Before the Other Shoe Drops

Tomorrow starts some unabashed relaxing and releasing. I want to put the phone away. Stay away from all social media for several days. See if I can remember how to enjoy life without checking my phone every few hours.

I realize that the term every few hours already puts me in old fogey territory. From what I have seen, most people, usually millennials, check their phones every few minutes.

Still. It bothers me that I check so often. Really. If someone needs me, I am a phone call away. I don't need to have that thing attached to my body at all times. Or check it. If it doesn't ring, I'm good. As of tomorrow, all sound goes off that thang for four days. It can vibrate in an emergency.

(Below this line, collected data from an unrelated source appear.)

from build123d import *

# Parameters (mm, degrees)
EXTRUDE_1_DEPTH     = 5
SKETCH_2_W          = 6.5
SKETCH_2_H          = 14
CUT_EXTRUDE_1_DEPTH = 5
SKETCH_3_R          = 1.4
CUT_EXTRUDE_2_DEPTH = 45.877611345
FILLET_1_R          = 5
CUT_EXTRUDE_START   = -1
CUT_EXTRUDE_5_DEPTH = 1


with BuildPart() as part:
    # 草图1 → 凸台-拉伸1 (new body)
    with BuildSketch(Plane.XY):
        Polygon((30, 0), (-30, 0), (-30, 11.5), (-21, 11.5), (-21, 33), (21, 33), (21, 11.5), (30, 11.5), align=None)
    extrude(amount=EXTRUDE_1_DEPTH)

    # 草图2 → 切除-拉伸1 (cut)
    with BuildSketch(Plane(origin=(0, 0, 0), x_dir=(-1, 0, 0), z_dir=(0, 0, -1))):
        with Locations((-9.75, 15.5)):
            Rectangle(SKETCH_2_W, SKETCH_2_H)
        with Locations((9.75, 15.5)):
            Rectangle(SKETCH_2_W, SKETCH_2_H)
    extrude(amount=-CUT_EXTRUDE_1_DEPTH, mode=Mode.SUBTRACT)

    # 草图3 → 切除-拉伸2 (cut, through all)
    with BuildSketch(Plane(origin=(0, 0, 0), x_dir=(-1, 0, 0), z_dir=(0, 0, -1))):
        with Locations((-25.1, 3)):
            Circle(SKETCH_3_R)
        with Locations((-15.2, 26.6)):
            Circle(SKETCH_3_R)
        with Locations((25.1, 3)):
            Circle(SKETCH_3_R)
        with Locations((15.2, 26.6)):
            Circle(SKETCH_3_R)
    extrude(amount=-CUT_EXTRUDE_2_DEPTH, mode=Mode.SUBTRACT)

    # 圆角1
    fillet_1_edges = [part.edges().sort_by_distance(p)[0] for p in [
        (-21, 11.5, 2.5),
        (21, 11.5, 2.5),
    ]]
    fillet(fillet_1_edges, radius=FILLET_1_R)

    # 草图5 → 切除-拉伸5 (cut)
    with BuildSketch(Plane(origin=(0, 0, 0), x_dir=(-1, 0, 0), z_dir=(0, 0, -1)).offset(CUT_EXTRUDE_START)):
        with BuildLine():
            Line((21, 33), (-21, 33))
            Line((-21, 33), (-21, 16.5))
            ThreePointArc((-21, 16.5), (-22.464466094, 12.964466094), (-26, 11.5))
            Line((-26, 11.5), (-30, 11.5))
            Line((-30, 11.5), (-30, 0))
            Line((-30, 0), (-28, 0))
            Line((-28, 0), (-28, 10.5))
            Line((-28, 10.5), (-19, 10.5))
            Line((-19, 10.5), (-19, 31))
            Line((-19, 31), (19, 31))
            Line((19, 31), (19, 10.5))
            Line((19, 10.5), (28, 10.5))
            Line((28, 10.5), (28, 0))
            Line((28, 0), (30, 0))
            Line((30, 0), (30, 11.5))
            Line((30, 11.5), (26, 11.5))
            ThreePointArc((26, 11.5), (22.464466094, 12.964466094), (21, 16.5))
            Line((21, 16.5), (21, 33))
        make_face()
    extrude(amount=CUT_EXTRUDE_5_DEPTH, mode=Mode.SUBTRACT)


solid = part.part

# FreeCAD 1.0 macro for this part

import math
import FreeCAD as App
import Part
import Sketcher
from FreeCAD import Vector


def edges_at(feature, points):
    """Names of the edges that pass closest to the given points."""
    edges = feature.Shape.Edges
    near = lambda p: min(range(len(edges)), key=lambda i: edges[i].distToShape(Part.Vertex(*p))[0])
    return sorted({f"Edge{near(p) + 1}" for p in points})


def add_polygon(sketch, points):
    """Adds a closed chain of lines whose ends are joined by coincident constraints."""
    first, n = sketch.GeometryCount, len(points)
    for a, b in zip(points, points[1:] + points[:1]):
        sketch.addGeometry(Part.LineSegment(App.Vector(*a, 0), App.Vector(*b, 0)), False)
    for i in range(n):
        sketch.addConstraint(Sketcher.Constraint("Coincident", first + i, 2, first + (i + 1) % n, 1))

doc = App.newDocument("Part")
params = doc.addObject("Spreadsheet::Sheet", "Params")
for row, (alias, value) in enumerate([
    ("sketch1_width", "60 mm"),
    ("sketch1_width2", "9 mm"),
    ("sketch1_height", "11.5 mm"),
    ("sketch1_height2", "21.5 mm"),
    ("pad1_length", "5 mm"),
    ("sketch2_height", "14 mm"),
    ("sketch2_width", "6.5 mm"),
    ("pocket1_length", "5 mm"),
    ("sketch3_diameter", "2.8 mm"),
    ("fillet_radius", "5 mm"),
    ("sketch4_radius", "5 mm"),
    ("sketch4_width", "42 mm"),
    ("sketch4_width2", "4 mm"),
    ("sketch4_width3", "2 mm"),
    ("sketch4_width4", "9 mm"),
    ("pocket3_length", "1 mm"),
], start=1):
    params.set(f"A{row}", alias)
    params.set(f"B{row}", "=" + value)
    params.setAlias(f"B{row}", alias)

body = doc.addObject("PartDesign::Body", "Body")

sketch1 = body.newObject("Sketcher::SketchObject", "Sketch")
sketch1.AttachmentSupport = (doc.getObject("XY_Plane"), [""])
sketch1.MapMode = "FlatFace"
add_polygon(sketch1, [(-30, 0), (30, 0), (30, 12), (21, 12), (21, 33), (-21, 33), (-21, 12), (-30, 12)])
sketch1.addConstraint([
    Sketcher.Constraint("Horizontal", 0),
    Sketcher.Constraint("Vertical", 1),
    Sketcher.Constraint("Horizontal", 2),
    Sketcher.Constraint("Vertical", 3),
    Sketcher.Constraint("Horizontal", 4),
    Sketcher.Constraint("Vertical", 5),
    Sketcher.Constraint("Horizontal", 6),
    Sketcher.Constraint("Vertical", 7),
    Sketcher.Constraint("Symmetric", 0, 2, 7, 2, -1, 1),
    Sketcher.Constraint("Symmetric", 2, 2, 5, 2, -2),
    Sketcher.Constraint("DistanceX", 0, 1, 0, 2, 60.0),
    Sketcher.Constraint("DistanceX", 2, 2, 2, 1, 9.0),
    Sketcher.Constraint("DistanceY", 1, 1, 1, 2, 11.5),
    Sketcher.Constraint("DistanceY", 3, 1, 3, 2, 21.5),
])
sketch1.setExpression("Constraints[18]", "Params.sketch1_width")
sketch1.setExpression("Constraints[19]", "Params.sketch1_width2")
sketch1.setExpression("Constraints[20]", "Params.sketch1_height")
sketch1.setExpression("Constraints[21]", "Params.sketch1_height2")
pad1 = body.newObject("PartDesign::Pad", "Pad")
pad1.Profile = sketch1
pad1.setExpression("Length", "Params.pad1_length")

sketch2 = body.newObject("Sketcher::SketchObject", "Sketch001")
sketch2.AttachmentSupport = (doc.getObject("XY_Plane"), [""])
sketch2.MapMode = "FlatFace"
add_polygon(sketch2, [(13, 22), (13, 8), (6, 8), (6, 22)])
add_polygon(sketch2, [(-6, 22), (-6, 8), (-13, 8), (-13, 22)])
sketch2.addConstraint([
    Sketcher.Constraint("Vertical", 0),
    Sketcher.Constraint("Horizontal", 1),
    Sketcher.Constraint("Vertical", 2),
    Sketcher.Constraint("Horizontal", 3),
    Sketcher.Constraint("Vertical", 4),
    Sketcher.Constraint("Horizontal", 5),
    Sketcher.Constraint("Vertical", 6),
    Sketcher.Constraint("Horizontal", 7),
    Sketcher.Constraint("Symmetric", 1, 2, 4, 2, -2),
    Sketcher.Constraint("Symmetric", 3, 2, 6, 2, -2),
    Sketcher.Constraint("DistanceY", 0, 2, 0, 1, 14.0),
    Sketcher.Constraint("DistanceX", 1, 2, 1, 1, 6.5),
    Sketcher.Constraint("DistanceX", -1, 1, 0, 2, 13.0),
    Sketcher.Constraint("DistanceY", -1, 1, 0, 2, 8.5),
])
sketch2.setExpression("Constraints[18]", "Params.sketch2_height")
sketch2.setExpression("Constraints[19]", "Params.sketch2_width")
pocket1 = body.newObject("PartDesign::Pocket", "Pocket")
pocket1.Profile = sketch2
pocket1.setExpression("Length", "Params.pocket1_length")
pocket1.Reversed = True

sketch3 = body.newObject("Sketcher::SketchObject", "Sketch002")
sketch3.AttachmentSupport = (doc.getObject("XY_Plane"), [""])
sketch3.MapMode = "FlatFace"
sketch3.addGeometry([
    Part.Circle(Vector(25.1, 3, 0), Vector(0, 0, 1), 1.4),
    Part.Circle(Vector(15.2, 26.6, 0), Vector(0, 0, 1), 1.4),
    Part.Circle(Vector(-25.1, 3, 0), Vector(0, 0, 1), 1.4),
    Part.Circle(Vector(-15.2, 26.6, 0), Vector(0, 0, 1), 1.4),
], False)
sketch3.addConstraint([
    Sketcher.Constraint("Equal", 0, 1),
    Sketcher.Constraint("Equal", 1, 2),
    Sketcher.Constraint("Equal", 2, 3),
    Sketcher.Constraint("Symmetric", 0, 3, 2, 3, -2),
    Sketcher.Constraint("Symmetric", 1, 3, 3, 3, -2),
    Sketcher.Constraint("Diameter", 0, 2.8),
    Sketcher.Constraint("DistanceY", -1, 1, 0, 3, 3.0),
    Sketcher.Constraint("DistanceX", -1, 1, 0, 3, 25.1),
    Sketcher.Constraint("DistanceX", -1, 1, 1, 3, 15.2),
    Sketcher.Constraint("DistanceY", -1, 1, 1, 3, 26.6),
])
sketch3.setExpression("Constraints[5]", "Params.sketch3_diameter")
pocket2 = body.newObject("PartDesign::Pocket", "Pocket001")
pocket2.Profile = sketch3
pocket2.Type = "ThroughAll"
pocket2.Reversed = True
doc.recompute()

fillet = body.newObject("PartDesign::Fillet", "Fillet")
fillet.Base = (pocket2, edges_at(pocket2, [(-21, 11.5, 2.5), (21, 11.5, 2.5)]))
fillet.setExpression("Radius", "Params.fillet_radius")

sketch4 = body.newObject("Sketcher::SketchObject", "Sketch003")
sketch4.AttachmentSupport = (doc.getObject("XY_Plane"), [""])
sketch4.MapMode = "FlatFace"
sketch4.AttachmentOffset = App.Placement(Vector(0, 0, 1), App.Rotation())
sketch4.addGeometry([
    Part.LineSegment(Vector(-21, 33, 0), Vector(21, 33, 0)),
    Part.LineSegment(Vector(21, 33, 0), Vector(21, 16.5, 0)),
    Part.ArcOfCircle(Part.Circle(Vector(26, 16.5, 0), Vector(0, 0, 1), 5), math.radians(180), math.radians(270)),
    Part.LineSegment(Vector(26, 11.5, 0), Vector(30, 11.5, 0)),
    Part.LineSegment(Vector(30, 11.5, 0), Vector(30, 0, 0)),
    Part.LineSegment(Vector(30, 0, 0), Vector(28, 0, 0)),
    Part.LineSegment(Vector(28, 0, 0), Vector(28, 10.5, 0)),
    Part.LineSegment(Vector(28, 10.5, 0), Vector(19, 10.5, 0)),
    Part.LineSegment(Vector(19, 10.5, 0), Vector(19, 31, 0)),
    Part.LineSegment(Vector(19, 31, 0), Vector(-19, 31, 0)),
    Part.LineSegment(Vector(-19, 31, 0), Vector(-19, 10.5, 0)),
    Part.LineSegment(Vector(-19, 10.5, 0), Vector(-28, 10.5, 0)),
    Part.LineSegment(Vector(-28, 10.5, 0), Vector(-28, 0, 0)),
    Part.LineSegment(Vector(-28, 0, 0), Vector(-30, 0, 0)),
    Part.LineSegment(Vector(-30, 0, 0), Vector(-30, 11.5, 0)),
    Part.LineSegment(Vector(-30, 11.5, 0), Vector(-26, 11.5, 0)),
    Part.ArcOfCircle(Part.Circle(Vector(-26, 16.5, 0), Vector(0, 0, 1), 5), math.radians(-90), math.radians(0)),
    Part.LineSegment(Vector(-21, 16.5, 0), Vector(-21, 33, 0)),
], False)
sketch4.addConstraint([
    Sketcher.Constraint("Coincident", 0, 2, 1, 1),
    Sketcher.Constraint("Tangent", 1, 2, 2, 1),
    Sketcher.Constraint("Tangent", 2, 2, 3, 1),
    Sketcher.Constraint("Coincident", 3, 2, 4, 1),
    Sketcher.Constraint("Coincident", 4, 2, 5, 1),
    Sketcher.Constraint("Coincident", 5, 2, 6, 1),
    Sketcher.Constraint("Coincident", 6, 2, 7, 1),
    Sketcher.Constraint("Coincident", 7, 2, 8, 1),
    Sketcher.Constraint("Coincident", 8, 2, 9, 1),
    Sketcher.Constraint("Coincident", 9, 2, 10, 1),
    Sketcher.Constraint("Coincident", 10, 2, 11, 1),
    Sketcher.Constraint("Coincident", 11, 2, 12, 1),
    Sketcher.Constraint("Coincident", 12, 2, 13, 1),
    Sketcher.Constraint("Coincident", 13, 2, 14, 1),
    Sketcher.Constraint("Coincident", 14, 2, 15, 1),
    Sketcher.Constraint("Tangent", 15, 2, 16, 1),
    Sketcher.Constraint("Tangent", 16, 2, 17, 1),
    Sketcher.Constraint("Coincident", 17, 2, 0, 1),
    Sketcher.Constraint("Horizontal", 0),
    Sketcher.Constraint("Vertical", 1),
    Sketcher.Constraint("Horizontal", 3),
    Sketcher.Constraint("Vertical", 4),
    Sketcher.Constraint("Horizontal", 5),
    Sketcher.Constraint("Vertical", 6),
    Sketcher.Constraint("Horizontal", 7),
    Sketcher.Constraint("Vertical", 8),
    Sketcher.Constraint("Horizontal", 9),
    Sketcher.Constraint("Vertical", 10),
    Sketcher.Constraint("Horizontal", 11),
    Sketcher.Constraint("Vertical", 12),
    Sketcher.Constraint("Horizontal", 13),
    Sketcher.Constraint("Vertical", 14),
    Sketcher.Constraint("Horizontal", 15),
    Sketcher.Constraint("Vertical", 17),
    Sketcher.Constraint("Equal", 2, 16),
    Sketcher.Constraint("Symmetric", 5, 2, 12, 2, -1, 1),
    Sketcher.Constraint("Symmetric", 2, 3, 16, 3, -2),
    Sketcher.Constraint("Symmetric", 7, 2, 10, 2, -2),
    Sketcher.Constraint("Symmetric", 4, 2, 13, 2, -2),
    Sketcher.Constraint("Radius", 2, 5.0),
    Sketcher.Constraint("DistanceX", 0, 1, 0, 2, 42.0),
    Sketcher.Constraint("DistanceX", 3, 1, 3, 2, 4.0),
    Sketcher.Constraint("DistanceX", 5, 2, 5, 1, 2.0),
    Sketcher.Constraint("DistanceX", 7, 2, 7, 1, 9.0),
    Sketcher.Constraint("DistanceY", 1, 2, 1, 1, 16.5),
    Sketcher.Constraint("DistanceY", 4, 2, 4, 1, 11.5),
    Sketcher.Constraint("DistanceY", 6, 1, 6, 2, 10.5),
    Sketcher.Constraint("DistanceY", 8, 1, 8, 2, 20.5),
])
sketch4.setExpression("Constraints[39]", "Params.sketch4_radius")
sketch4.setExpression("Constraints[40]", "Params.sketch4_width")
sketch4.setExpression("Constraints[41]", "Params.sketch4_width2")
sketch4.setExpression("Constraints[42]", "Params.sketch4_width3")
sketch4.setExpression("Constraints[43]", "Params.sketch4_width4")
pocket3 = body.newObject("PartDesign::Pocket", "Pocket002")
pocket3.Profile = sketch4
pocket3.setExpression("Length", "Params.pocket3_length")

doc.recompute()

I am going to avoid news. I am so fucking sick of Donald Trump that I could scream. If he isn't incessantly tweeting, he is skipping around causing bedlam like some ignored bratty child. I can't tell you how many times I've wished that the news media would just not show up to record his every inane utterance. I said as much to T. She responded with: You do know that he will start World War lll if he doesn't get attention, don't you? 

A rock and a hard place.

I start my big guns chemo on Friday. My fifth wedding anniversary. Yesterday, my oncologist sent me a video about what to expect. It sure sounds like something I would rather not participate in, but like Emily Dickinson, no coward's soul is mine....so on Friday, I will start it up. Again. Damn the torpedoes, full speed ahead. Or at least until I hit a wall. But, that is Friday.

Until then,  there are distractions. Good ones. Long, long delayed adventures. My heart is aching for peace, rest, a little fun. Water. Warmth. A wand. And I fucking deserve it.

Last night, we celebrated the full moon by giving the fae in our tree some homemade hooch made by a good friend. We tried it, too. I can only say that homemade hooch is truly delicious. Even T liked it and she thinks all liquor tastes like cough syrup. We added more decorations to the Hawthorne tree. Sparkly, twirly ones.

We went to bed....not sloshed....we are far too elderly for that kind of shenanigans. But, I fell asleep the moment my head hit the pillow. I woke up around 2 a.m....chasing some dream. Do you ever do that? Wake up and you can feel the edges of that dream and your fingers are almost almost almost touching it....and it is like trying to grab smoke. But, I felt content. And the last thing I remember is being hugged. It was sweet and the feeling stayed with me as I lay there in my sleepy dozy state. Usually when I wake up like this, I drift from softness into a sort of stiff fear. There is that small, sharp cancer sitting right in the middle of my chest. It taunts my fear into wakefulness. This time...well, it was different. I felt the cancer, sure. It is there: I can't pretend it away. But, this time, I took the hug that I was dreaming and I extended it to the cancer. Told it that I knew it was there. I knew it was toxic. I knew it would kill me. But, that I understood. It wasn't personal. It was just...this...thing. This thing that is my Voldemort. And instead of feeling anger or fear, I felt....nothing. Acceptance. So be it. I will try to stop you. You will try to grow. I will hold you back for as long as I can and then....I will let go and let you have the body.

The soul is mine, though. And, the older I get...the more I like this soul of mine. It has been through a lot, good and bad. It has had a wonderful life and some terrible news. It has stood up to evil but also made some pretty stupid turns. It has been an incredible mother and a terrible friend. It has eaten too much cake and gone the extra mile when it didn't have to do so. Like most souls...it has variance. But, as I said, I like this soul. So much. So, I am ready. Well, at least now. This could all change tomorrow. Life is like that. One minute you have a good handle on it. The next, you wonder what the hell you were thinking. Still...

I wish you all a Merry Christmas. Don't let the bastards get you down.